Newcastle researchers are examining how humans can better trust machines in the murky world of cyberwarfare.
The $750,000 project, funded by the Australian and US defence departments, will combine psychology and computer science to improve cybersecurity.
It is part of an $8 million project over three years, involving Australian and US academics.
University of Newcastle Professor Scott Brown said the research was important to the defence establishment for security reasons.
It's also crucial to corporations and governments, with cybercrime a pervasive and difficult problem.
Detecting a cyberattack among millions of events on a big network can be like finding a needle in a haystack. While artificial intelligence [AI] does much of the detection work, humans play a vital role.

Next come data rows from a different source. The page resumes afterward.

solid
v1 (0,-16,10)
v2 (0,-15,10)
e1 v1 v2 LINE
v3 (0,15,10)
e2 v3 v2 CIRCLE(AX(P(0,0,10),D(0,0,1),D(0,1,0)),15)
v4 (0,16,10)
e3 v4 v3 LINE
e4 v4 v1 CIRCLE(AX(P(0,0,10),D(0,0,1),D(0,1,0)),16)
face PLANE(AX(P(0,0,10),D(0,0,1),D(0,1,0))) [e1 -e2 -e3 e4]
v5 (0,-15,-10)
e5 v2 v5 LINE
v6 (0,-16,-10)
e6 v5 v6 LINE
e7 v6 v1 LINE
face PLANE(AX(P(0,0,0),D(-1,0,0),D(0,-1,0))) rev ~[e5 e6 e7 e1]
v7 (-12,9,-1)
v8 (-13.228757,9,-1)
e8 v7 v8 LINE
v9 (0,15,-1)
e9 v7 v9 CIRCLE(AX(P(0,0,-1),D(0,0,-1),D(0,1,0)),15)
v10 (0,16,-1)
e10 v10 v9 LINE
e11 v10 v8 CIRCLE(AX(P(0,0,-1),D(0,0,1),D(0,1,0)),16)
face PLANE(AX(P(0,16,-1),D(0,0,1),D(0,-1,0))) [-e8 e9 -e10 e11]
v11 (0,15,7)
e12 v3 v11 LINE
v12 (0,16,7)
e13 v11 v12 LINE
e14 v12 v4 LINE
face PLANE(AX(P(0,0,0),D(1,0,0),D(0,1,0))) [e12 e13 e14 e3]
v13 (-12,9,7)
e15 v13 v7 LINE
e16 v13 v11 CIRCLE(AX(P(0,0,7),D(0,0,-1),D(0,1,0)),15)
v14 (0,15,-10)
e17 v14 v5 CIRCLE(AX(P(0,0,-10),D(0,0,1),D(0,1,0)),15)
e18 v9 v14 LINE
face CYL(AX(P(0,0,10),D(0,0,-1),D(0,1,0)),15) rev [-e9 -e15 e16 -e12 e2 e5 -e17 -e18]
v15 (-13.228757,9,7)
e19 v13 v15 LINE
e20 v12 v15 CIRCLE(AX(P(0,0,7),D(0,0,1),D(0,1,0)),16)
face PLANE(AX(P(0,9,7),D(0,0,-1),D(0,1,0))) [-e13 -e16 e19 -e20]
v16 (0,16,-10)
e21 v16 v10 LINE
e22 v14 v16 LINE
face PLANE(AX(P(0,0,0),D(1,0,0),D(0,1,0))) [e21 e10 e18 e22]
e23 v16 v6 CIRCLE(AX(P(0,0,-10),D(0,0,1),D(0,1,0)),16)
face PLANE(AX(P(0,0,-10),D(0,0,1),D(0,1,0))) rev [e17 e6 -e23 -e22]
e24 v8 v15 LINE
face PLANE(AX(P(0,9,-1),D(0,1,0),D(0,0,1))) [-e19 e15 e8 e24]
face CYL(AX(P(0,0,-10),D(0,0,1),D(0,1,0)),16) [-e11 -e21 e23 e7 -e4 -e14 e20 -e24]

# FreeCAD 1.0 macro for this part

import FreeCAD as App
import Part
import Sketcher

V = App.Vector


def add_polygon(sketch, points):
    """Adds a closed chain of lines whose ends are joined by coincident constraints."""
    first, n = sketch.GeometryCount, len(points)
    for a, b in zip(points, points[1:] + points[:1]):
        sketch.addGeometry(Part.LineSegment(App.Vector(*a, 0), App.Vector(*b, 0)), False)
    for i in range(n):
        sketch.addConstraint(Sketcher.Constraint("Coincident", first + i, 2, first + (i + 1) % n, 1))

doc = App.newDocument("Part")
params = doc.addObject("Spreadsheet::Sheet", "Params")
for row, (alias, value) in enumerate([
    ("sketch1_width", "1 mm"),
    ("sketch1_height", "20 mm"),
    ("revolution_angle", "180 deg"),
    ("sketch2_width", "7 mm"),
    ("sketch2_height", "8 mm"),
], start=1):
    params.set(f"A{row}", alias)
    params.set(f"B{row}", "=" + value)
    params.setAlias(f"B{row}", alias)

body = doc.addObject("PartDesign::Body", "Body")

sketch1 = doc.addObject("Sketcher::SketchObject", "Sketch")
body.addObject(sketch1)
sketch1.AttachmentSupport = (doc.YZ_Plane, [""])
sketch1.MapMode = "FlatFace"
add_polygon(sketch1, [(15, 10), (15, -10), (16, -10), (16, 10)])
sketch1.addConstraint([
    Sketcher.Constraint("Vertical", 0),
    Sketcher.Constraint("Horizontal", 1),
    Sketcher.Constraint("Vertical", 2),
    Sketcher.Constraint("Horizontal", 3),
    Sketcher.Constraint("DistanceX", 1, 1, 1, 2, 1.0),
    Sketcher.Constraint("DistanceY", 0, 2, 0, 1, 20.0),
    Sketcher.Constraint("DistanceX", -1, 1, 0, 2, 15.0),
    Sketcher.Constraint("DistanceY", 0, 2, -1, 1, 10.0),
])
sketch1.setExpression("Constraints[8]", "Params.sketch1_width")
sketch1.setExpression("Constraints[9]", "Params.sketch1_height")
revolution = doc.addObject("PartDesign::Revolution", "Revolution")
body.addObject(revolution)
revolution.Profile = sketch1
revolution.ReferenceAxis = (sketch1, ["V_Axis"])
revolution.setExpression("Angle", "Params.revolution_angle")

sketch2 = doc.addObject("Sketcher::SketchObject", "Sketch001")
body.addObject(sketch2)
sketch2.AttachmentSupport = (doc.YZ_Plane, [""])
sketch2.MapMode = "FlatFace"
add_polygon(sketch2, [(9, -1), (16, -1), (16, 7), (9, 7)])
sketch2.addConstraint([
    Sketcher.Constraint("Horizontal", 0),
    Sketcher.Constraint("Vertical", 1),
    Sketcher.Constraint("Horizontal", 2),
    Sketcher.Constraint("Vertical", 3),
    Sketcher.Constraint("DistanceX", 0, 1, 0, 2, 7.0),
    Sketcher.Constraint("DistanceY", 1, 1, 1, 2, 8.0),
    Sketcher.Constraint("DistanceY", -1, 1, 1, 2, 7.0),
    Sketcher.Constraint("DistanceX", -1, 1, 0, 2, 16.0),
])
sketch2.setExpression("Constraints[8]", "Params.sketch2_width")
sketch2.setExpression("Constraints[9]", "Params.sketch2_height")
pocket1 = doc.addObject("PartDesign::Pocket", "Pocket")
body.addObject(pocket1)
pocket1.Profile = sketch2
pocket1.Type = "ThroughAll"

doc.recompute()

AI detects the possible threats, but it's humans who must decide whether these threats are legitimate.
The research will examine interactions between humans and bots [software programs that perform automated and repetitive tasks].
Associate Professor Ami Eidels, of University of Newcastle, said understanding of context was needed.
"Even the smartest bot does not have this, yet," A/Prof Eidels said.
Professor Brown said the bots "don't make any decisions on their own".
"It's not Terminator. Bots just make recommendations to the humans. The humans have to make the decision and that's where the psychology is," he said.
He said bots filter network events "in very quick time and make recommendations to human cybersecurity managers".
These are similar to recommendations on Netflix and Amazon.
"A bot can look at things you have previously liked and recommend new ideas. You can choose to accept or reject these ideas," he said.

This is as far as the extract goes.